Long term follow-up using digital linkage of patients participating in the RAPID trial: Patient notification - November 2023
Since the publication of initial results of the RAPID trial in 2015 a further 8 years has elapsed and we want to know if survival still remains the same in both arms of the trial. We’d also like to find out if there’s any difference in the incidence of second cancers and heart disease between patients receiving chemotherapy alone and those receiving chemotherapy plus radiotherapy. This is important for future patients and their doctors as they make decisions about treatment.
Follow-up information is usually provided by the hospital where treatment was given but in most cases patients participating in the RAPID trial have now been discharged. For this reason we asked the Confidentiality Advisory Group (GAG) for permission to obtain follow-up information through a linkage with NHS England and the National Institute for Cardiovascular Outcomes Research (NICOR). This linkage has been allowed by CAG using the provisions of Section 251 but RAPID trial participants may opt-out of this mode of follow-up by contacting the Christie NHS Foundation Trust (trial sponsor) sponsorship team (the-christie.sponsoredresearch at nhs.net).
Professor John Radford, Chief Investigator of RAPID trial
Treatment:
Patients with early stage, low risk Hodgkin’s disease will receive 3 cycles of ABVD chemotherapy followed by FDG-PET imaging. Individuals who are PET positive will receive a further (4th) cycle of ABVD followed by involved field radiotherapy. Those who are PET negative will be randomised to receive either involved field RT or no further treatment. All patients will then be followed up uniformly with surveillance CT scans at 6, 12 and 24 months.

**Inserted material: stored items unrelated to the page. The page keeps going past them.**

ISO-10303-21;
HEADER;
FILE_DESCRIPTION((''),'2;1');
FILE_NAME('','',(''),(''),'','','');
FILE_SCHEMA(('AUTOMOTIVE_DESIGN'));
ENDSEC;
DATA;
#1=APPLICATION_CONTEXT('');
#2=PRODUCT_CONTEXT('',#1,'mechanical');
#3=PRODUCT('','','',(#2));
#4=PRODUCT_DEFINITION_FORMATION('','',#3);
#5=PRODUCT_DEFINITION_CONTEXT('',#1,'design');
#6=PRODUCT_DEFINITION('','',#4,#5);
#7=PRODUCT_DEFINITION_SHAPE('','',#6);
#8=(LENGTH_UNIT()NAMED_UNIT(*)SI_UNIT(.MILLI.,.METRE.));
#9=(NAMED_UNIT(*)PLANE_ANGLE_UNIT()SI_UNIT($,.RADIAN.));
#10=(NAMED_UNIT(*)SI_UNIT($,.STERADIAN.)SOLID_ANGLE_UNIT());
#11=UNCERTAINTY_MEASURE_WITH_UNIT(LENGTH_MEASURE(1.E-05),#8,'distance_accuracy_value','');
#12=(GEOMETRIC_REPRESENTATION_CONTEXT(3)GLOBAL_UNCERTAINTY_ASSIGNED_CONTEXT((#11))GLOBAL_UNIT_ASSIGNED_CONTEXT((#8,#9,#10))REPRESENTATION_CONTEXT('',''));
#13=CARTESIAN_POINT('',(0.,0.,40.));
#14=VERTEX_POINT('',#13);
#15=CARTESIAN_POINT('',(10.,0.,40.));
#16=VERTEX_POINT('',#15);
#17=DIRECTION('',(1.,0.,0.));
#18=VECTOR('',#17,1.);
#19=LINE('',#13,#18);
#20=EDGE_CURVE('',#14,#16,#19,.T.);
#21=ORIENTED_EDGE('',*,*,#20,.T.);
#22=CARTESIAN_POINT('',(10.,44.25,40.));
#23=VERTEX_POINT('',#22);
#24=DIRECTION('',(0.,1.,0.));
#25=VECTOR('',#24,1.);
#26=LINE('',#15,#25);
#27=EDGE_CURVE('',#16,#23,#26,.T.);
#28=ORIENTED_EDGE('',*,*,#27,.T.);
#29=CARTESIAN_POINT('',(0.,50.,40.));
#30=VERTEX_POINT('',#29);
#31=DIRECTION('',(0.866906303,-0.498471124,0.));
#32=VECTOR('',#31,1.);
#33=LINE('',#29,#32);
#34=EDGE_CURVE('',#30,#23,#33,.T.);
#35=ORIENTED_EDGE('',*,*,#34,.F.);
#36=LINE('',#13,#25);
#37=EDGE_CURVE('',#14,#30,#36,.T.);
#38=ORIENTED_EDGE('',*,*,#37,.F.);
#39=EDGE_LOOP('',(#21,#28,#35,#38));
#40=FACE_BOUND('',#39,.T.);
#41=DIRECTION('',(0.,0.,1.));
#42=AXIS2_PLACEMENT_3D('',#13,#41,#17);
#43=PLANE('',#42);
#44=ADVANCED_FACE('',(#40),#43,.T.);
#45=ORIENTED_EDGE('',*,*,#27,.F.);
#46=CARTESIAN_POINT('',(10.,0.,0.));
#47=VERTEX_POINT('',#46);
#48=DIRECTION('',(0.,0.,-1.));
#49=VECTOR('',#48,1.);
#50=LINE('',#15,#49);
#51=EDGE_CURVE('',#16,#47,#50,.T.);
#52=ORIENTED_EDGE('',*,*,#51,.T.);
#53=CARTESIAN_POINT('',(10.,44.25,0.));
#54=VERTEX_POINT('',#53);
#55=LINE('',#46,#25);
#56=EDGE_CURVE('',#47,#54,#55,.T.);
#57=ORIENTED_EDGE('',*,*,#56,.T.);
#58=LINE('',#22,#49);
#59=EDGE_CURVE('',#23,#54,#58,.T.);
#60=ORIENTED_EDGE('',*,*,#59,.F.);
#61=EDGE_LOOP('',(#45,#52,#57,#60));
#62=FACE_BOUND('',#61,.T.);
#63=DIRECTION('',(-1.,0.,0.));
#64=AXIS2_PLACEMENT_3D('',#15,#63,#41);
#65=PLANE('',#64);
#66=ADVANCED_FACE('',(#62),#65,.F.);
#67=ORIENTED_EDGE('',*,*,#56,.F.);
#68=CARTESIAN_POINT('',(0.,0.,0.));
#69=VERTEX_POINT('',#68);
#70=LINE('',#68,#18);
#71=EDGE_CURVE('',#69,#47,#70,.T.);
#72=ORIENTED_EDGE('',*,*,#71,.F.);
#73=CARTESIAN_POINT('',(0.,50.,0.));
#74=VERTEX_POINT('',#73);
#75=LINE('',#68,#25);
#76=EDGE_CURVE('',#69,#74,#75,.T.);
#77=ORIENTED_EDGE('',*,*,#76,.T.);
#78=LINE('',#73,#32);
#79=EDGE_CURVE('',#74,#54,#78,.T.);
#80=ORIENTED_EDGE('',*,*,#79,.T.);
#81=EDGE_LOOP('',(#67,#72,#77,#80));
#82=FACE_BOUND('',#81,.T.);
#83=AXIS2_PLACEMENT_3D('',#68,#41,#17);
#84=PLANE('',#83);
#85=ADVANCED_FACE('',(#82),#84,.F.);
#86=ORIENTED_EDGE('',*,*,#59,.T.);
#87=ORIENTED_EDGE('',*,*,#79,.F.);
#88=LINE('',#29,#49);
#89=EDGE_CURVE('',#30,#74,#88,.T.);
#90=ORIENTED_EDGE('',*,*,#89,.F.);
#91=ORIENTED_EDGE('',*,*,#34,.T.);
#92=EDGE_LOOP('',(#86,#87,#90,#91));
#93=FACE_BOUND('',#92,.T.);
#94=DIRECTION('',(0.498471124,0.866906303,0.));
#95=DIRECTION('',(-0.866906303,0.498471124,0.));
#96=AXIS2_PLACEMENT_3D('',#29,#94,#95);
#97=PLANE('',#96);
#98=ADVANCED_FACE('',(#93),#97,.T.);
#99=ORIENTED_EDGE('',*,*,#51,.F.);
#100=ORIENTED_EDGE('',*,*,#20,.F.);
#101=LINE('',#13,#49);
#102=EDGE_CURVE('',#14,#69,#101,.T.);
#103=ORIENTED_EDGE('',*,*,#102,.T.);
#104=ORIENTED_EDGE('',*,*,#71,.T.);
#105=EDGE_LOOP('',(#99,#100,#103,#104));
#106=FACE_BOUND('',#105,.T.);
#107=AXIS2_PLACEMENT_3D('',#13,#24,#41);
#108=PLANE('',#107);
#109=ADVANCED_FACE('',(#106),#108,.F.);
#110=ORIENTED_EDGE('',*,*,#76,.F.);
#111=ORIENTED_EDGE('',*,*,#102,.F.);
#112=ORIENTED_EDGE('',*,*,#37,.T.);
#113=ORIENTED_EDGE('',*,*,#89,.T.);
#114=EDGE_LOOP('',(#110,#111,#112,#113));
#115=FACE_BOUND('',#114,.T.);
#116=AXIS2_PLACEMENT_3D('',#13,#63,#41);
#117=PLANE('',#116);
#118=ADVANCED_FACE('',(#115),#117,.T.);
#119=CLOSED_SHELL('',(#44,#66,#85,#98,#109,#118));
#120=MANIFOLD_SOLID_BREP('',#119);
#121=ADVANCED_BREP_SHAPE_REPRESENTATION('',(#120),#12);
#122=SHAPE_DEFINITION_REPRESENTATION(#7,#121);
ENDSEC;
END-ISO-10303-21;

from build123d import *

# Parameters (mm, degrees)
BOSS_EXTRUDE1_DEPTH = 40


with BuildPart() as part:
    # Sketch1 → Boss-Extrude1 (new body)
    with BuildSketch(Plane.XY):
        Polygon((0, 0), (0, 50), (10, 44.25), (10, 0), align=None)
    extrude(amount=BOSS_EXTRUDE1_DEPTH)


solid = part.part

Key inclusion/exclusion criteria:
Inclusion criteria
- Age 16-75 years
- Histologically confirmed Hodgkin’s disease
- Clinical stages IA/IIA above the diaphragm with no mediastinal bulk (defined as maximum transverse diameter of mediastinal mass: internal thoracic diameter at level of D5/6 interspace >0.33). Bulky disease at other sites (defined as nodal mass with transverse diameter >10 cm) is acceptable.
- No previous treatment for Hodgkin’s disease
- No previous malignancy (with exceptions)

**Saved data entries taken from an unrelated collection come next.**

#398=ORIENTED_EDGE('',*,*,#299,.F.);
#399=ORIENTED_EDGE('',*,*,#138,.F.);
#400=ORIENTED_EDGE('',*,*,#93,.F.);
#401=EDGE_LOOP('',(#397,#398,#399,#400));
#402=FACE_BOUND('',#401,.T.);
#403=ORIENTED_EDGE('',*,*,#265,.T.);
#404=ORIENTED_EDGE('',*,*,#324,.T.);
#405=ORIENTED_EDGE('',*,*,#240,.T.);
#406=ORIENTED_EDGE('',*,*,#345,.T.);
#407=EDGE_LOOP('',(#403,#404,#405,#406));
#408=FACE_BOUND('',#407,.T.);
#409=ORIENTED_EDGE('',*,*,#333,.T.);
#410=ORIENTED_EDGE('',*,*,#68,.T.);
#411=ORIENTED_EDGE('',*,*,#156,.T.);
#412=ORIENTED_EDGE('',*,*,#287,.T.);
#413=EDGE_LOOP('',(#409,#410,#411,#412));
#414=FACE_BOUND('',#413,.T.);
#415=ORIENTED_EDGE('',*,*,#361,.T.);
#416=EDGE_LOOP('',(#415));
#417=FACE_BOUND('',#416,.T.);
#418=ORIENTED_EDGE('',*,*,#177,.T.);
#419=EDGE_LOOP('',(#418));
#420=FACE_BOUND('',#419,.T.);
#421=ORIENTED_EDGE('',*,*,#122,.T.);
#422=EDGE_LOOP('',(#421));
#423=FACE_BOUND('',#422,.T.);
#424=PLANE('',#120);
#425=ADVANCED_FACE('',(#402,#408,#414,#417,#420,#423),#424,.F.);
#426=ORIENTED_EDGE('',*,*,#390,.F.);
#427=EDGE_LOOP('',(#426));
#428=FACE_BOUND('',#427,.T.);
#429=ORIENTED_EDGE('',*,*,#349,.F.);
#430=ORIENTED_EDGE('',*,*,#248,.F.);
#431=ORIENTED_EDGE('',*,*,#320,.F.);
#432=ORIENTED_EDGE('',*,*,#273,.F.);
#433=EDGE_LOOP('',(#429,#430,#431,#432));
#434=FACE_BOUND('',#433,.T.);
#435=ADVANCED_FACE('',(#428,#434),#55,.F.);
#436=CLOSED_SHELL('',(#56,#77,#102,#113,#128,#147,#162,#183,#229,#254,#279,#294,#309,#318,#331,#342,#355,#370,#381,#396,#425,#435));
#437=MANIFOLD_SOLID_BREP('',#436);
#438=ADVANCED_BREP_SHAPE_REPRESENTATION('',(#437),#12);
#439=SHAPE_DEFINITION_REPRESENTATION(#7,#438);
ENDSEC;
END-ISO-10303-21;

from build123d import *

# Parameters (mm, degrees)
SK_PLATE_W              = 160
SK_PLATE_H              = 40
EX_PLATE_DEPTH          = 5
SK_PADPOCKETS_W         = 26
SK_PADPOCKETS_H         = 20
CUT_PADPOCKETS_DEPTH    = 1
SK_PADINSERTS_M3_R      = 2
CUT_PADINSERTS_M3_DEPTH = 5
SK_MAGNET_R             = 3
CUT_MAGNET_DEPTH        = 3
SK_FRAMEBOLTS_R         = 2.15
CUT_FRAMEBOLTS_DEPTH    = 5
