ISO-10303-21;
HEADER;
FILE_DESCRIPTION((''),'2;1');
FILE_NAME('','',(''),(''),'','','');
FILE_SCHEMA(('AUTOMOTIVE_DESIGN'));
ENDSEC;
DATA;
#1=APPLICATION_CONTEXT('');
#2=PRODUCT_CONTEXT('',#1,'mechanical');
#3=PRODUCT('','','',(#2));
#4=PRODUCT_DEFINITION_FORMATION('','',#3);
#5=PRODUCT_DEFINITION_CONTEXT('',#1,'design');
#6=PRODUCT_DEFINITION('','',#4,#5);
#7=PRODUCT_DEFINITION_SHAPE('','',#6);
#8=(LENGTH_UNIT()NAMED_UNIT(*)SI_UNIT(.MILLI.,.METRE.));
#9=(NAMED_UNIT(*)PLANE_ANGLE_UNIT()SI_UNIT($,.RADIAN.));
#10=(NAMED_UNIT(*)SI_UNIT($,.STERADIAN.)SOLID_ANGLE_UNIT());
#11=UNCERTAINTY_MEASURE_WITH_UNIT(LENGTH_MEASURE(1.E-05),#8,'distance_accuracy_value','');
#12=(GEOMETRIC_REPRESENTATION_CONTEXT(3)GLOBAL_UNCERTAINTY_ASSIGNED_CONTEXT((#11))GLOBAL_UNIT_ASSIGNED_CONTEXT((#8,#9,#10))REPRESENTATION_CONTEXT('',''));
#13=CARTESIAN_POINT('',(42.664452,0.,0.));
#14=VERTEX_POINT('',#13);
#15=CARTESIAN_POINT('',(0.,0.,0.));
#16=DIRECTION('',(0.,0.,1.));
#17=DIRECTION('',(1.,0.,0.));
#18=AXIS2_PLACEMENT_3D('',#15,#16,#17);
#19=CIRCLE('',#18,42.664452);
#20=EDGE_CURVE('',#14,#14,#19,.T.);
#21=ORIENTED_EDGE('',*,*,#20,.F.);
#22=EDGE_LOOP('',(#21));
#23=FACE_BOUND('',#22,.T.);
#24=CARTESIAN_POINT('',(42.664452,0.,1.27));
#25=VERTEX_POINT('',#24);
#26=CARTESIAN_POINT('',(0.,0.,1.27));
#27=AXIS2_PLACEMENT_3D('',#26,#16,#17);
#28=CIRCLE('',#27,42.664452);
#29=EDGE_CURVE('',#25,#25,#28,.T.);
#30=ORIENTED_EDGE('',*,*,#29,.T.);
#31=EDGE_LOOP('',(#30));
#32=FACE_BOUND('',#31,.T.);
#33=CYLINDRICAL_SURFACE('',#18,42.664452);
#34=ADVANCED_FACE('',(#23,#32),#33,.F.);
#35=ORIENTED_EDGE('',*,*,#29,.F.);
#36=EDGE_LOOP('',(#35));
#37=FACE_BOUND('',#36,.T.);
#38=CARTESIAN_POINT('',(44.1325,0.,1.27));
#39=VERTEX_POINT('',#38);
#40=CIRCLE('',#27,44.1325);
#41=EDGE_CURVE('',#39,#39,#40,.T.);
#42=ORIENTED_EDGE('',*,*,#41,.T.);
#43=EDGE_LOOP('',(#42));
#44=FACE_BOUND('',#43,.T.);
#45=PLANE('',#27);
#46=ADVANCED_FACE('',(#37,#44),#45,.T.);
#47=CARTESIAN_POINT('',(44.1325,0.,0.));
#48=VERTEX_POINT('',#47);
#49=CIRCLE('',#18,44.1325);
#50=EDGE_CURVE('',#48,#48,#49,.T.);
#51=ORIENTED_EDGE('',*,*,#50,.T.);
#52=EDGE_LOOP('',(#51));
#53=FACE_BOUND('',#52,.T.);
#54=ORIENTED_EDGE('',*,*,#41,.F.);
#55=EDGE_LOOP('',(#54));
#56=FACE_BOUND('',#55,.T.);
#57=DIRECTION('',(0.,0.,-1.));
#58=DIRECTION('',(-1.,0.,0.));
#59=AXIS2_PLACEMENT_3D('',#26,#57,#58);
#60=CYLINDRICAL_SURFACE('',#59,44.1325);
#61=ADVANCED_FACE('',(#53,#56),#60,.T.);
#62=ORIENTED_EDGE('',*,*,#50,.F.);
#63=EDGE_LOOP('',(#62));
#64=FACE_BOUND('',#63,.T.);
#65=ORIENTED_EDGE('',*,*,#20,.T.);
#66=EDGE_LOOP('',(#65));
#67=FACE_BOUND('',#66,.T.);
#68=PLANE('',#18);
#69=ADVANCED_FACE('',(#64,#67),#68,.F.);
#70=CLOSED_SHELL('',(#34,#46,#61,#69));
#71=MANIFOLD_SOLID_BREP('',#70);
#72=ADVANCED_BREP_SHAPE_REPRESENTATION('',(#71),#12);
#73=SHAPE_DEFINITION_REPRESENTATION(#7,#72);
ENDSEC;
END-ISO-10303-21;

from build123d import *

# Parameters (mm, degrees)
SKETCH2_R           = 44.1325
BOSS_EXTRUDE1_DEPTH = 1.27
SKETCH3_R           = 42.6644522
CUT_EXTRUDE1_DEPTH  = 1.27


with BuildPart() as part:
    # Sketch2 → Boss-Extrude1 (new body)
    with BuildSketch(Plane.XY):
        Circle(SKETCH2_R)
    extrude(amount=BOSS_EXTRUDE1_DEPTH)

    # Sketch3 → Cut-Extrude1 (cut)
    with BuildSketch(Plane.XY.offset(1.27)):
        Circle(SKETCH3_R)
    extrude(amount=-CUT_EXTRUDE1_DEPTH, mode=Mode.SUBTRACT)


solid = part.part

- No contraindications to chemotherapy or radiotherapy
Exclusion criteria
- Patients with clinical stage IA Hodgkin’s disease with no clinical or CT evidence of disease after diagnostic biopsy
- Pregnant or lactating women
- Severe underlying illness considered likely to make the trial therapy hazardous
Duration of recruitment:
7 years
Aim
To determine whether patients with clinical stage IA/IIA Hodgkin’s disease who have a negative FDG-PET scan after 3 cycles of ABVD require consolidation radiotherapy to areas of previous involvement in order to delay or prevent disease progression.